One of the easiest areas where an attorney can gain a multimedia advantage is through videotaping depositions. Hire a videographer for your next deposition, in addition to a court reporter, and request the video in digital format as opposed to the old analog VHS format. The standard format for digital video today is MPEG-1. A few days after your deposition is over, you will receive an official version of the transcript in ASCII format (a text file) and the digital video on a CD or DVD.
Synchron can then help you go from video depositions to maximize your multimedia experience.
The goal is to get the words of the official transcript synchronized to the video of the same deposition. The advantages of having this done are tremendous. When you get these two files synchronized, you
can import them into a trial presentation application such as Verdict Systems’ Sanction or InData’s TrialDirec-tor and simply highlight sections of the text transcript to create video clips.
The synchronization is done at Synchron’s facilities after you send the company your transcript and video file. You download a free utility called “SyncUploader” from Synchron’s Web site to transport your files to Synchron, which will send the finished synchronized transcripts back to you over a secure, encrypted connection. This utility also will process your video so only the audio portion of the file is uploaded. This really can save you valuable Internet bandwidth and time.
Once Synchron has your text transcript and the audio from your video, it works its magic. The company’s founder has his roots in voice recognition software and decided it would be a good area to apply his craft. The work is done by computers (which makes it affordable), but you always can elect to have it proofed by a human for a few dollars more.
AutoSync checks for completed jobs to send back and forth, but once the transcript and media is uploaded, you don’t need to keep SyncUploader on. Customers can choose to receive an e-mail notifying them of the job completion, and SyncUploader can be launched at a later time to receive the synchronized transcripts. Once Synchron is done with your video and transcript, it delivers the completed files right back to your computer, in whatever format you requested (Sanction, TrialDirector, LiveNote Technologies’ LiveNote, etc.)
I found the service to be effortless.

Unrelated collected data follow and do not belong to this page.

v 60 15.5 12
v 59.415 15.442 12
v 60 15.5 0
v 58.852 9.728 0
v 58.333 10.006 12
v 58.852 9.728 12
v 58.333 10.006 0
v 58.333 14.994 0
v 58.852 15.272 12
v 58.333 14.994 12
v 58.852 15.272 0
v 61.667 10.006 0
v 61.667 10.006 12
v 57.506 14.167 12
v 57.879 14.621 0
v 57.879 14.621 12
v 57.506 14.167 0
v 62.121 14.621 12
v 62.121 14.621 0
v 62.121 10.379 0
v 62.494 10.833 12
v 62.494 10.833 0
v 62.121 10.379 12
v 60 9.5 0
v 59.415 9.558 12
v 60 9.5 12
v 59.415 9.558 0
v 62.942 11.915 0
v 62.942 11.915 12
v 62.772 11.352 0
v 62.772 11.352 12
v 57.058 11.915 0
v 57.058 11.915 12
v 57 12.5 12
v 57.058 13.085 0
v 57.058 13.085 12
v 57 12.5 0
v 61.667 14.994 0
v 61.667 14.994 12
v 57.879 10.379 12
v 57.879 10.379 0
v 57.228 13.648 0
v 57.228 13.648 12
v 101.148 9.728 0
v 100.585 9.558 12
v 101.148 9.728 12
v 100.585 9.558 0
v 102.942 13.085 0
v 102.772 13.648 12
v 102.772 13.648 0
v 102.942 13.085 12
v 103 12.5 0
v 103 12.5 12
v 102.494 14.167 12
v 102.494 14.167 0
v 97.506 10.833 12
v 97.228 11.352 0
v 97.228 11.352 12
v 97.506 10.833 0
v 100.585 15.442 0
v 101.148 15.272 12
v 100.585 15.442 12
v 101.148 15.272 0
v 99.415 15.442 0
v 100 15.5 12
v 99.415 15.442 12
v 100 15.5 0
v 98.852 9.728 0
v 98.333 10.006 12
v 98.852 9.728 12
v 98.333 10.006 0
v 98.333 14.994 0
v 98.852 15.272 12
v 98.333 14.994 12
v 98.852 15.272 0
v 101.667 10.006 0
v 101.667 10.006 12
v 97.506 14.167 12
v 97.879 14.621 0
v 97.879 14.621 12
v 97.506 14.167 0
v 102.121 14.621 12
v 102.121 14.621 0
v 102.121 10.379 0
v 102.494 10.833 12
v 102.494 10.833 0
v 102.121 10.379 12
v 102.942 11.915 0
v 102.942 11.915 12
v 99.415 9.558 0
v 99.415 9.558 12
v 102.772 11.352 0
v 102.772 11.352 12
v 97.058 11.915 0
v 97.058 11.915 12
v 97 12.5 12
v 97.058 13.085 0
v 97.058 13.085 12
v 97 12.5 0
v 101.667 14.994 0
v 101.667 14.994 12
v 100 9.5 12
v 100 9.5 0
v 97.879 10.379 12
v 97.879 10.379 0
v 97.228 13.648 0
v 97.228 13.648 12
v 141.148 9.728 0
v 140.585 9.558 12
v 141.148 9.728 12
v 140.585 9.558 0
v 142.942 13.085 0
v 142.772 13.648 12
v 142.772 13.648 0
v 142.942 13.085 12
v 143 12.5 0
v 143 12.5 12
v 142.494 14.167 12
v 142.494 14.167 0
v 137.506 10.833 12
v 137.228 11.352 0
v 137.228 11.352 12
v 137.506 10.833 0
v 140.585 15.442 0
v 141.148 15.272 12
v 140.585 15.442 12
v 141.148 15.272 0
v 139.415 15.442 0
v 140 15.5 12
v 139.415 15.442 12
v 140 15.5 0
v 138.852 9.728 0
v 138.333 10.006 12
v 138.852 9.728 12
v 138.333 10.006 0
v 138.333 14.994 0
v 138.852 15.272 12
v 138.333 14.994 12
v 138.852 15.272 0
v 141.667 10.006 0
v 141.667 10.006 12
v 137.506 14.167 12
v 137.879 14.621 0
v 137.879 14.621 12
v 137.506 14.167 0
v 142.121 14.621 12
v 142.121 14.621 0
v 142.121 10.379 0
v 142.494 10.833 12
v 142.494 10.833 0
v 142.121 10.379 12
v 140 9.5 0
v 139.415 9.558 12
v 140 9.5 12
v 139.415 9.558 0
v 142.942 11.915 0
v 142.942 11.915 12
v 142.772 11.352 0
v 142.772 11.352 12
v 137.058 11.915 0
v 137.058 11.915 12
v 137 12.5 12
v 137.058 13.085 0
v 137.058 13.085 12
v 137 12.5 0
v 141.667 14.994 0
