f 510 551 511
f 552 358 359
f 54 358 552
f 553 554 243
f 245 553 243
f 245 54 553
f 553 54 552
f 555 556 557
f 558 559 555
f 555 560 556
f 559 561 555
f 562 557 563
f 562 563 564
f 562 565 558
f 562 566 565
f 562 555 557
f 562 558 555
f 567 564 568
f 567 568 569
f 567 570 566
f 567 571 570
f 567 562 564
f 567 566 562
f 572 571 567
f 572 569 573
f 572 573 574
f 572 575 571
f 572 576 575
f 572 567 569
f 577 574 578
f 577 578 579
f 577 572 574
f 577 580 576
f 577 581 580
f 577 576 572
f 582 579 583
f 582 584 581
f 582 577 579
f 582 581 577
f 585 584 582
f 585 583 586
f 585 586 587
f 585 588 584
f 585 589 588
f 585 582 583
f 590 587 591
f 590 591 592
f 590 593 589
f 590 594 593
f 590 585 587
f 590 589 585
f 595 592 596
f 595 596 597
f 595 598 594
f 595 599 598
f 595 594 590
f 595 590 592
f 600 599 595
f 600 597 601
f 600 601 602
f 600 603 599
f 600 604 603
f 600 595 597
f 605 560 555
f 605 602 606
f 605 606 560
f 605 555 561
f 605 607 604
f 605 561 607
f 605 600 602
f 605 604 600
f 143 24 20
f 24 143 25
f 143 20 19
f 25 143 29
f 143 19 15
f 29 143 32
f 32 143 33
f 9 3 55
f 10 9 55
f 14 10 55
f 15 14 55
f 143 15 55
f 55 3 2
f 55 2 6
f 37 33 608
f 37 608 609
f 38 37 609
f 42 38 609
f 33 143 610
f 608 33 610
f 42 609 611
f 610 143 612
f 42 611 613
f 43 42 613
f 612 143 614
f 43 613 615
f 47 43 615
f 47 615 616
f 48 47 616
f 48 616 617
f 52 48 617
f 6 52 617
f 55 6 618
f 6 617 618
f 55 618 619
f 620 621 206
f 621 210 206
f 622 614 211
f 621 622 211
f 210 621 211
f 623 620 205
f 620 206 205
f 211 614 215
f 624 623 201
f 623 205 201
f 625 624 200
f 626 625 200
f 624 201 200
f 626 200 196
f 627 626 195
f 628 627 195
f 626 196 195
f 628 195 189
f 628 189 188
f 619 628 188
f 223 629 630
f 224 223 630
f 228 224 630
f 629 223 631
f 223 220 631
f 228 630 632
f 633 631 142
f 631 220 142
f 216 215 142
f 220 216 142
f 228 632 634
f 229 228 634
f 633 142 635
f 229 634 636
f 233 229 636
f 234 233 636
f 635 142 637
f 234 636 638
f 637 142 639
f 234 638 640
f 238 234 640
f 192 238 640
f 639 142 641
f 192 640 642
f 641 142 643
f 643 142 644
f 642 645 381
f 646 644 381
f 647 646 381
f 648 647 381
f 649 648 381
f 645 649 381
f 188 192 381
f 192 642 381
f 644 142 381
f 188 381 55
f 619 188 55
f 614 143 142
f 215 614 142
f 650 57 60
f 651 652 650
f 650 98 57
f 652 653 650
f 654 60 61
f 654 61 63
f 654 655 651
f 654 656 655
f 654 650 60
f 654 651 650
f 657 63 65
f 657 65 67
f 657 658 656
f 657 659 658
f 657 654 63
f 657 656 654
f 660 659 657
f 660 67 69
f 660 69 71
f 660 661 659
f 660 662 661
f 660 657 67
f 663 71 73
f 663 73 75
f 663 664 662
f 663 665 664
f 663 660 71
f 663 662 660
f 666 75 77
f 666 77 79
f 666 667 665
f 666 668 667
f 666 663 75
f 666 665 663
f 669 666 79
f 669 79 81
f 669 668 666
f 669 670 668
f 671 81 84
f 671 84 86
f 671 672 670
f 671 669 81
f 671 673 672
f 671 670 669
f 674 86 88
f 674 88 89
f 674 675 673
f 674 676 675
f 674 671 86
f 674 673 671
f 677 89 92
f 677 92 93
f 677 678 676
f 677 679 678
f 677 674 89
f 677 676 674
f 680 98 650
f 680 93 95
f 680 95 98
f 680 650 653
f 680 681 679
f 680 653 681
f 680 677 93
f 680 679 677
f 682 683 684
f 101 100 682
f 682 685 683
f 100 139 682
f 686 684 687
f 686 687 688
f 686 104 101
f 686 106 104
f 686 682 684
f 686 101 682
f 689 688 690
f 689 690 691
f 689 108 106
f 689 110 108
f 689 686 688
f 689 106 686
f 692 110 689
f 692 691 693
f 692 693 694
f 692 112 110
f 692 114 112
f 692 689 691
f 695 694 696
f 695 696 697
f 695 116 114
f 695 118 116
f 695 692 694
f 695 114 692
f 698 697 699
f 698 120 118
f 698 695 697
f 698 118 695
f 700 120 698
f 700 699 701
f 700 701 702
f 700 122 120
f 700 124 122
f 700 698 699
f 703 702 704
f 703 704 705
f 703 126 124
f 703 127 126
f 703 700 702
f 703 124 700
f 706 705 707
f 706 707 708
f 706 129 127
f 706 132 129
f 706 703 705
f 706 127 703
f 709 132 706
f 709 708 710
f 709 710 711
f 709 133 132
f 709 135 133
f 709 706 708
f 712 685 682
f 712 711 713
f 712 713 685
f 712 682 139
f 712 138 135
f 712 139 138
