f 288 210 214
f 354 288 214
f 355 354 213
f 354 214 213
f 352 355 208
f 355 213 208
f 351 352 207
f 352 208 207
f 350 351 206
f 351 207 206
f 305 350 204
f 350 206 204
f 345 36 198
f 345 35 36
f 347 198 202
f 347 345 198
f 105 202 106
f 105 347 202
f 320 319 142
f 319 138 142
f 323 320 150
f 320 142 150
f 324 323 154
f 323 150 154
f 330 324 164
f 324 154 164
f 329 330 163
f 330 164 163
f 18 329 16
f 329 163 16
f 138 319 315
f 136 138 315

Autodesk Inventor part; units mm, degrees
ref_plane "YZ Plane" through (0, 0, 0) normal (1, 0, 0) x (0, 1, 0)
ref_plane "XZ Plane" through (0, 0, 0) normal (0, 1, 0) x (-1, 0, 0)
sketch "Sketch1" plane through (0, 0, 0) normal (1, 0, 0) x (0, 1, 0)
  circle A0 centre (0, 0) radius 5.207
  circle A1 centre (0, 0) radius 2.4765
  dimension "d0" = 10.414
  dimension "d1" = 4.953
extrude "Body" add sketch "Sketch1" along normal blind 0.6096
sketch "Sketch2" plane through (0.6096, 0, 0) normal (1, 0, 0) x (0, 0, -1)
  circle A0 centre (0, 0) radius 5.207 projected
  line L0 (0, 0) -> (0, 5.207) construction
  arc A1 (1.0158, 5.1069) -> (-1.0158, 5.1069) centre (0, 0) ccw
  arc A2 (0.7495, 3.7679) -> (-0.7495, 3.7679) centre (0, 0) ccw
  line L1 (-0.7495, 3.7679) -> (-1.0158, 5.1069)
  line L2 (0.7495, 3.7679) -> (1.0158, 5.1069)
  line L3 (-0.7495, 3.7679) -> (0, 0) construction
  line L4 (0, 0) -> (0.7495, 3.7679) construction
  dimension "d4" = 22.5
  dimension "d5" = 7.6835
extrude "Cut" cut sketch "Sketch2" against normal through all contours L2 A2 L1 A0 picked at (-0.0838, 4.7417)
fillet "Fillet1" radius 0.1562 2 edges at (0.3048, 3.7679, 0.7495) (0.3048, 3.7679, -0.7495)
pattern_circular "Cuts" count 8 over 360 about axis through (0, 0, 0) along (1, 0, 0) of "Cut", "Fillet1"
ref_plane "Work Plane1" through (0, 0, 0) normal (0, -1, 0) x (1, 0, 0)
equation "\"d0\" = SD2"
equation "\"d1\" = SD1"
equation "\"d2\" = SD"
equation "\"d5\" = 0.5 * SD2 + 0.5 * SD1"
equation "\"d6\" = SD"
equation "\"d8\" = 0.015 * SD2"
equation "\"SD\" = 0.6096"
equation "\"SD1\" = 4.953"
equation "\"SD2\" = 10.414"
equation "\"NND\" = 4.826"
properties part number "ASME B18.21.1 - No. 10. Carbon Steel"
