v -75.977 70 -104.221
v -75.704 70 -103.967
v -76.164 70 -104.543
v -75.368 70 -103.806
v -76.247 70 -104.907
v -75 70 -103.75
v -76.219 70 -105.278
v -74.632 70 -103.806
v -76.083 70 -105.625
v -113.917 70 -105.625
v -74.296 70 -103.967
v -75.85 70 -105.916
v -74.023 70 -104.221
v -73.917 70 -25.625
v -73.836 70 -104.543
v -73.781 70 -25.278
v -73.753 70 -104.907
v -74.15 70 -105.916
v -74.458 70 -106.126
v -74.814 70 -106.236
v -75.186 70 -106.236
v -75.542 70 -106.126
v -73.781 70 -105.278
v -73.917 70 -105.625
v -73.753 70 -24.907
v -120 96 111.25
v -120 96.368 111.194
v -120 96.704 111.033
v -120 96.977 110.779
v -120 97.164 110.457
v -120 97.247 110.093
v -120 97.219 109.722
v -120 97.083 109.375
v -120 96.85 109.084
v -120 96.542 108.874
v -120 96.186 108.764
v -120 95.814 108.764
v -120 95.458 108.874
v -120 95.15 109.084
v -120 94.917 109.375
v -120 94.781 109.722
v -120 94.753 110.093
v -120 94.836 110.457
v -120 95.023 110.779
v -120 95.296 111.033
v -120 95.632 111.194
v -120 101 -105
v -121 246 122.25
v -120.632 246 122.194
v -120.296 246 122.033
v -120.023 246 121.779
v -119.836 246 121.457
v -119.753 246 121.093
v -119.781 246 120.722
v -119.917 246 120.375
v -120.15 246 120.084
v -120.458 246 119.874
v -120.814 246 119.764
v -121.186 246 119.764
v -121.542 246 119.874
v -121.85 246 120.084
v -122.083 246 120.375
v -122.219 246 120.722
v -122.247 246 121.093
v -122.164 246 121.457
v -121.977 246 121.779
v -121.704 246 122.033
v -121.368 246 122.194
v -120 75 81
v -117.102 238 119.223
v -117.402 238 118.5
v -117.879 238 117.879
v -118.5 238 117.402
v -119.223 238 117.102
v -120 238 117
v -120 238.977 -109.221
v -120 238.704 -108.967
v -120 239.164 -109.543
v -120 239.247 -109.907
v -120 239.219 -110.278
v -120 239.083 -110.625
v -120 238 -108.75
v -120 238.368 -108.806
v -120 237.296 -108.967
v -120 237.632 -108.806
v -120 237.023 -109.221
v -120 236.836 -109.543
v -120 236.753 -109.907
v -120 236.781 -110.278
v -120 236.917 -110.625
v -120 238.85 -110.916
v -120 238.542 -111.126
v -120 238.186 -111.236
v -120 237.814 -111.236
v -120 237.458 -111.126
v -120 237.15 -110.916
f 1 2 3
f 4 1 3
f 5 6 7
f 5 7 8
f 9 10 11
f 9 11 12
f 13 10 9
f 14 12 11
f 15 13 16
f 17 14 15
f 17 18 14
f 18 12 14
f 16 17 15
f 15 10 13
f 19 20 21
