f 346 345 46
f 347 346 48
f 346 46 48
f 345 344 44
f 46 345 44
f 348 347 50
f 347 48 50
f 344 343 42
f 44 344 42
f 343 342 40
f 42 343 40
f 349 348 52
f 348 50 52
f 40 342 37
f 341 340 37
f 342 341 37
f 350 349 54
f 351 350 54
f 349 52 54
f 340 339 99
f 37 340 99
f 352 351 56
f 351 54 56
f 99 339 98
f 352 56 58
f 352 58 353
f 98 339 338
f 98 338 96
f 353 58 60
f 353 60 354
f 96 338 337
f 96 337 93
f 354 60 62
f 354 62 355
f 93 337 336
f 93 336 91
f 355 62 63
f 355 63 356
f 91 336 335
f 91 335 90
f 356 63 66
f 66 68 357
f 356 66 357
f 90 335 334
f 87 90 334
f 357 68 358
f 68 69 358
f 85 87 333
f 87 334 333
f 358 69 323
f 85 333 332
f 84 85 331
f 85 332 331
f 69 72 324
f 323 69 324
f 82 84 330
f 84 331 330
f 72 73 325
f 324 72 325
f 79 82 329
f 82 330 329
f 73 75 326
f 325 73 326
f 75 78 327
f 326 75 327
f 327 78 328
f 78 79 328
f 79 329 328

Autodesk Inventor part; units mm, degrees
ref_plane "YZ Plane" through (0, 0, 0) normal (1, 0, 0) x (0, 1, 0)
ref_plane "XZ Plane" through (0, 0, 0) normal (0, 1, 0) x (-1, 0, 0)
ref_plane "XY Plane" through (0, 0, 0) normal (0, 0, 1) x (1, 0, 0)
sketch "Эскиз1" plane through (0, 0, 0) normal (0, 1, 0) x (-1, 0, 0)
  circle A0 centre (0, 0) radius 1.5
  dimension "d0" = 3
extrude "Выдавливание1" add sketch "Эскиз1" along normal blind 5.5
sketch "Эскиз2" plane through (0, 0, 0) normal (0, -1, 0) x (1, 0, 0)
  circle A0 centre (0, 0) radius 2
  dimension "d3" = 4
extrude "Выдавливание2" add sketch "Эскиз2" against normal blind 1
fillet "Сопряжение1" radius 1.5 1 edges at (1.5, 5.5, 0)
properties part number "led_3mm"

I launched AutoSync, put in my username and password and was welcomed with a screen asking for my first upload.
I found a video of a recent deposition along with the accompanying text transcript and hit send. The AutoSync box showed me the progress as it uploaded my transcript and created an audio file of my video. At that point, all I had to do was wait for the file to be finished. Sure enough, it was ready by the next day. Synchron tries to stick to a 24-hour turnaround and can handle a large number of jobs at one time.
When I launched AutoSync again, it told me a completed file was ready to download. When the download was done, I clicked a button that opened the folder where the files were stored. Since I use Sanction, all I had to do was drag the appropriate file from that folder into Sanction and viola — I had a fully synchronized video file.
I found the synchronization to be amazingly accurate, although I did have to tweak my individual clips to get them just right. I have to do this anyway, regardless of what method I use to synchronize the text and video. As long as Synchron can get me an accurate synchronization I can work with, the savings are fantastic. I highly recommend using Synchron for your next multimedia adventure. The folks at Synchron are helpful and will respond to any questions you have.